> [Task description]: Copy every record that follows, word for word.

Collected data
--- START ---
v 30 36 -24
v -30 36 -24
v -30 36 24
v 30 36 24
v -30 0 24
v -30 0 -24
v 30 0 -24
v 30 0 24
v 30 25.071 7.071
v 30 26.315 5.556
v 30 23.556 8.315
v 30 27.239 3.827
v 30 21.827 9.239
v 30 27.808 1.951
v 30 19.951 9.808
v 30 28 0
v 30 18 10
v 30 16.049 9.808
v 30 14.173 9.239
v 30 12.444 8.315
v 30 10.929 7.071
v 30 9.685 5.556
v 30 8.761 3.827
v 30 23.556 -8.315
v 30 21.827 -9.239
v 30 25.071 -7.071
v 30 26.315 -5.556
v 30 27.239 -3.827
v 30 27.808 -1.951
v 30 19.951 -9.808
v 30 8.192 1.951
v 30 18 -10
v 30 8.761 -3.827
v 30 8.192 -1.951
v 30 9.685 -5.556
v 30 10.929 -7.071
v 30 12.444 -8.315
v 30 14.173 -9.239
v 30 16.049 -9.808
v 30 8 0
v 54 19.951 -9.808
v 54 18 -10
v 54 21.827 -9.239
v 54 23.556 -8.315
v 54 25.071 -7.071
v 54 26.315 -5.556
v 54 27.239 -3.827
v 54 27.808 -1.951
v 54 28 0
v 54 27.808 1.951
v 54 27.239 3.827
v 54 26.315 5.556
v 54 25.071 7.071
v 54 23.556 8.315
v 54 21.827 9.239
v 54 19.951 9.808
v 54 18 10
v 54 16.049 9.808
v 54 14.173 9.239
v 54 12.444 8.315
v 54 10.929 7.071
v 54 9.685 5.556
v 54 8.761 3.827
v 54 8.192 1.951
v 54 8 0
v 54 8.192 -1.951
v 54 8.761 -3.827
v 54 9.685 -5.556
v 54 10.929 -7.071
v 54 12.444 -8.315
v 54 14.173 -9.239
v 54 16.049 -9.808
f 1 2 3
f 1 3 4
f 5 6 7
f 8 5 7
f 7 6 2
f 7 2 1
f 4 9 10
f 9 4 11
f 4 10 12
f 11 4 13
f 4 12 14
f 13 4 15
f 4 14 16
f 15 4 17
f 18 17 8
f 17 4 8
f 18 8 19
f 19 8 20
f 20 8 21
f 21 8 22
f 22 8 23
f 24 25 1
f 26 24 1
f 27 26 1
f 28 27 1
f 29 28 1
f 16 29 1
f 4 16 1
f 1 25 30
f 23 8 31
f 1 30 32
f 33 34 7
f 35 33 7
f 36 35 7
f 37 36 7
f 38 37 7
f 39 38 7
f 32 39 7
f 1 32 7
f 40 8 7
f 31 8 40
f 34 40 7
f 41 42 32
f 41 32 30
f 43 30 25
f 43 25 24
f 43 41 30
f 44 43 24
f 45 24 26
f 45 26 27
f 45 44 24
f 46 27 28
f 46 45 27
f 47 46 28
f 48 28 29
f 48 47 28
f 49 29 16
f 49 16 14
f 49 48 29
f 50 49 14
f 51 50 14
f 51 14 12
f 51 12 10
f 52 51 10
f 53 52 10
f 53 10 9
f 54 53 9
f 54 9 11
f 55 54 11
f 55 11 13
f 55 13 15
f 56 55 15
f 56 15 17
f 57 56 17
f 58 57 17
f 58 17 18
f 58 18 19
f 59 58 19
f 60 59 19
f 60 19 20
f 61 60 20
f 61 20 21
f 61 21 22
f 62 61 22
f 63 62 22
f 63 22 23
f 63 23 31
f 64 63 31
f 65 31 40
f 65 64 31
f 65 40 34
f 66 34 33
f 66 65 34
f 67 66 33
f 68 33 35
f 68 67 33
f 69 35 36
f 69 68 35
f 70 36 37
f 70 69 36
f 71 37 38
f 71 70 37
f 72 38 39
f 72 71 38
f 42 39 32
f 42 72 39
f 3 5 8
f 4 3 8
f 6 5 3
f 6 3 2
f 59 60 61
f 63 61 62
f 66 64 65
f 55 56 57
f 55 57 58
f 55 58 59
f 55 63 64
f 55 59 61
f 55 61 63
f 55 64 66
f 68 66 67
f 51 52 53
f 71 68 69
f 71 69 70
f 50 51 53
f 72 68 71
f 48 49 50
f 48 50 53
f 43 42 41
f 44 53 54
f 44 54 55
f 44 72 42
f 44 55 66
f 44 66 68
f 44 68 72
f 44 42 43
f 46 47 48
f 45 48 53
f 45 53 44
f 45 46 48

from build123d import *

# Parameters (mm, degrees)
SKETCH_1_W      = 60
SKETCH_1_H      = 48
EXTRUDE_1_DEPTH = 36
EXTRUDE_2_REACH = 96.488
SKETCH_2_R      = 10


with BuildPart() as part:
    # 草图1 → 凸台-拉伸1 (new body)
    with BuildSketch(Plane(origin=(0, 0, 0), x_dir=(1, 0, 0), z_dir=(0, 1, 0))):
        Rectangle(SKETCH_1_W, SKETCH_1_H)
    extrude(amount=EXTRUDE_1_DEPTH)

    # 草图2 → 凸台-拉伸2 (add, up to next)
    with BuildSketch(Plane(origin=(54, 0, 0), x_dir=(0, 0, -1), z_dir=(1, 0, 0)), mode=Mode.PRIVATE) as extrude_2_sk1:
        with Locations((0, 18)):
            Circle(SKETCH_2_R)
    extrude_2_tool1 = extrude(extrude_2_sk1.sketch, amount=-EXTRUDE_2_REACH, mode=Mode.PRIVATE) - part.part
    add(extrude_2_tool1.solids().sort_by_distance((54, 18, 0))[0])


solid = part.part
--- END ---
> [Task answer]:
v 30 36 -24
v -30 36 -24
v -30 36 24
v 30 36 24
v -30 0 24
v -30 0 -24
v 30 0 -24
v 30 0 24
v 30 25.071 7.071
v 30 26.315 5.556
v 30 23.556 8.315
v 30 27.239 3.827
v 30 21.827 9.239
v 30 27.808 1.951
v 30 19.951 9.808
v 30 28 0
v 30 18 10
v 30 16.049 9.808
v 30 14.173 9.239
v 30 12.444 8.315
v 30 10.929 7.071
v 30 9.685 5.556
v 30 8.761 3.827
v 30 23.556 -8.315
v 30 21.827 -9.239
v 30 25.071 -7.071
v 30 26.315 -5.556
v 30 27.239 -3.827
v 30 27.808 -1.951
v 30 19.951 -9.808
v 30 8.192 1.951
v 30 18 -10
v 30 8.761 -3.827
v 30 8.192 -1.951
v 30 9.685 -5.556
v 30 10.929 -7.071
v 30 12.444 -8.315
v 30 14.173 -9.239
v 30 16.049 -9.808
v 30 8 0
v 54 19.951 -9.808
v 54 18 -10
v 54 21.827 -9.239
v 54 23.556 -8.315
v 54 25.071 -7.071
v 54 26.315 -5.556
v 54 27.239 -3.827
v 54 27.808 -1.951
v 54 28 0
v 54 27.808 1.951
v 54 27.239 3.827
v 54 26.315 5.556
v 54 25.071 7.071
v 54 23.556 8.315
v 54 21.827 9.239
v 54 19.951 9.808
v 54 18 10
v 54 16.049 9.808
v 54 14.173 9.239
v 54 12.444 8.315
v 54 10.929 7.071
v 54 9.685 5.556
v 54 8.761 3.827
v 54 8.192 1.951
v 54 8 0
v 54 8.192 -1.951
v 54 8.761 -3.827
v 54 9.685 -5.556
v 54 10.929 -7.071
v 54 12.444 -8.315
v 54 14.173 -9.239
v 54 16.049 -9.808
f 1 2 3
f 1 3 4
f 5 6 7
f 8 5 7
f 7 6 2
f 7 2 1
f 4 9 10
f 9 4 11
f 4 10 12
f 11 4 13
f 4 12 14
f 13 4 15
f 4 14 16
f 15 4 17
f 18 17 8
f 17 4 8
f 18 8 19
f 19 8 20
f 20 8 21
f 21 8 22
f 22 8 23
f 24 25 1
f 26 24 1
f 27 26 1
f 28 27 1
f 29 28 1
f 16 29 1
f 4 16 1
f 1 25 30
f 23 8 31
f 1 30 32
f 33 34 7
f 35 33 7
f 36 35 7
f 37 36 7
f 38 37 7
f 39 38 7
f 32 39 7
f 1 32 7
f 40 8 7
f 31 8 40
f 34 40 7
f 41 42 32
f 41 32 30
f 43 30 25
f 43 25 24
f 43 41 30
f 44 43 24
f 45 24 26
f 45 26 27
f 45 44 24
f 46 27 28
f 46 45 27
f 47 46 28
f 48 28 29
f 48 47 28
f 49 29 16
f 49 16 14
f 49 48 29
f 50 49 14
f 51 50 14
f 51 14 12
f 51 12 10
f 52 51 10
f 53 52 10
f 53 10 9
f 54 53 9
f 54 9 11
f 55 54 11
f 55 11 13
f 55 13 15
f 56 55 15
f 56 15 17
f 57 56 17
f 58 57 17
f 58 17 18
f 58 18 19
f 59 58 19
f 60 59 19
f 60 19 20
f 61 60 20
f 61 20 21
f 61 21 22
f 62 61 22
f 63 62 22
f 63 22 23
f 63 23 31
f 64 63 31
f 65 31 40
f 65 64 31
f 65 40 34
f 66 34 33
f 66 65 34
f 67 66 33
f 68 33 35
f 68 67 33
f 69 35 36
f 69 68 35
f 70 36 37
f 70 69 36
f 71 37 38
f 71 70 37
f 72 38 39
f 72 71 38
f 42 39 32
f 42 72 39
f 3 5 8
f 4 3 8
f 6 5 3
f 6 3 2
f 59 60 61
f 63 61 62
f 66 64 65
f 55 56 57
f 55 57 58
f 55 58 59
f 55 63 64
f 55 59 61
f 55 61 63
f 55 64 66
f 68 66 67
f 51 52 53
f 71 68 69
f 71 69 70
f 50 51 53
f 72 68 71
f 48 49 50
f 48 50 53
f 43 42 41
f 44 53 54
f 44 54 55
f 44 72 42
f 44 55 66
f 44 66 68
f 44 68 72
f 44 42 43
f 46 47 48
f 45 48 53
f 45 53 44
f 45 46 48

from build123d import *

# Parameters (mm, degrees)
SKETCH_1_W      = 60
SKETCH_1_H      = 48
EXTRUDE_1_DEPTH = 36
EXTRUDE_2_REACH = 96.488
SKETCH_2_R      = 10


with BuildPart() as part:
    # 草图1 → 凸台-拉伸1 (new body)
    with BuildSketch(Plane(origin=(0, 0, 0), x_dir=(1, 0, 0), z_dir=(0, 1, 0))):
        Rectangle(SKETCH_1_W, SKETCH_1_H)
    extrude(amount=EXTRUDE_1_DEPTH)

    # 草图2 → 凸台-拉伸2 (add, up to next)
    with BuildSketch(Plane(origin=(54, 0, 0), x_dir=(0, 0, -1), z_dir=(1, 0, 0)), mode=Mode.PRIVATE) as extrude_2_sk1:
        with Locations((0, 18)):
            Circle(SKETCH_2_R)
    extrude_2_tool1 = extrude(extrude_2_sk1.sketch, amount=-EXTRUDE_2_REACH, mode=Mode.PRIVATE) - part.part
    add(extrude_2_tool1.solids().sort_by_distance((54, 18, 0))[0])


solid = part.part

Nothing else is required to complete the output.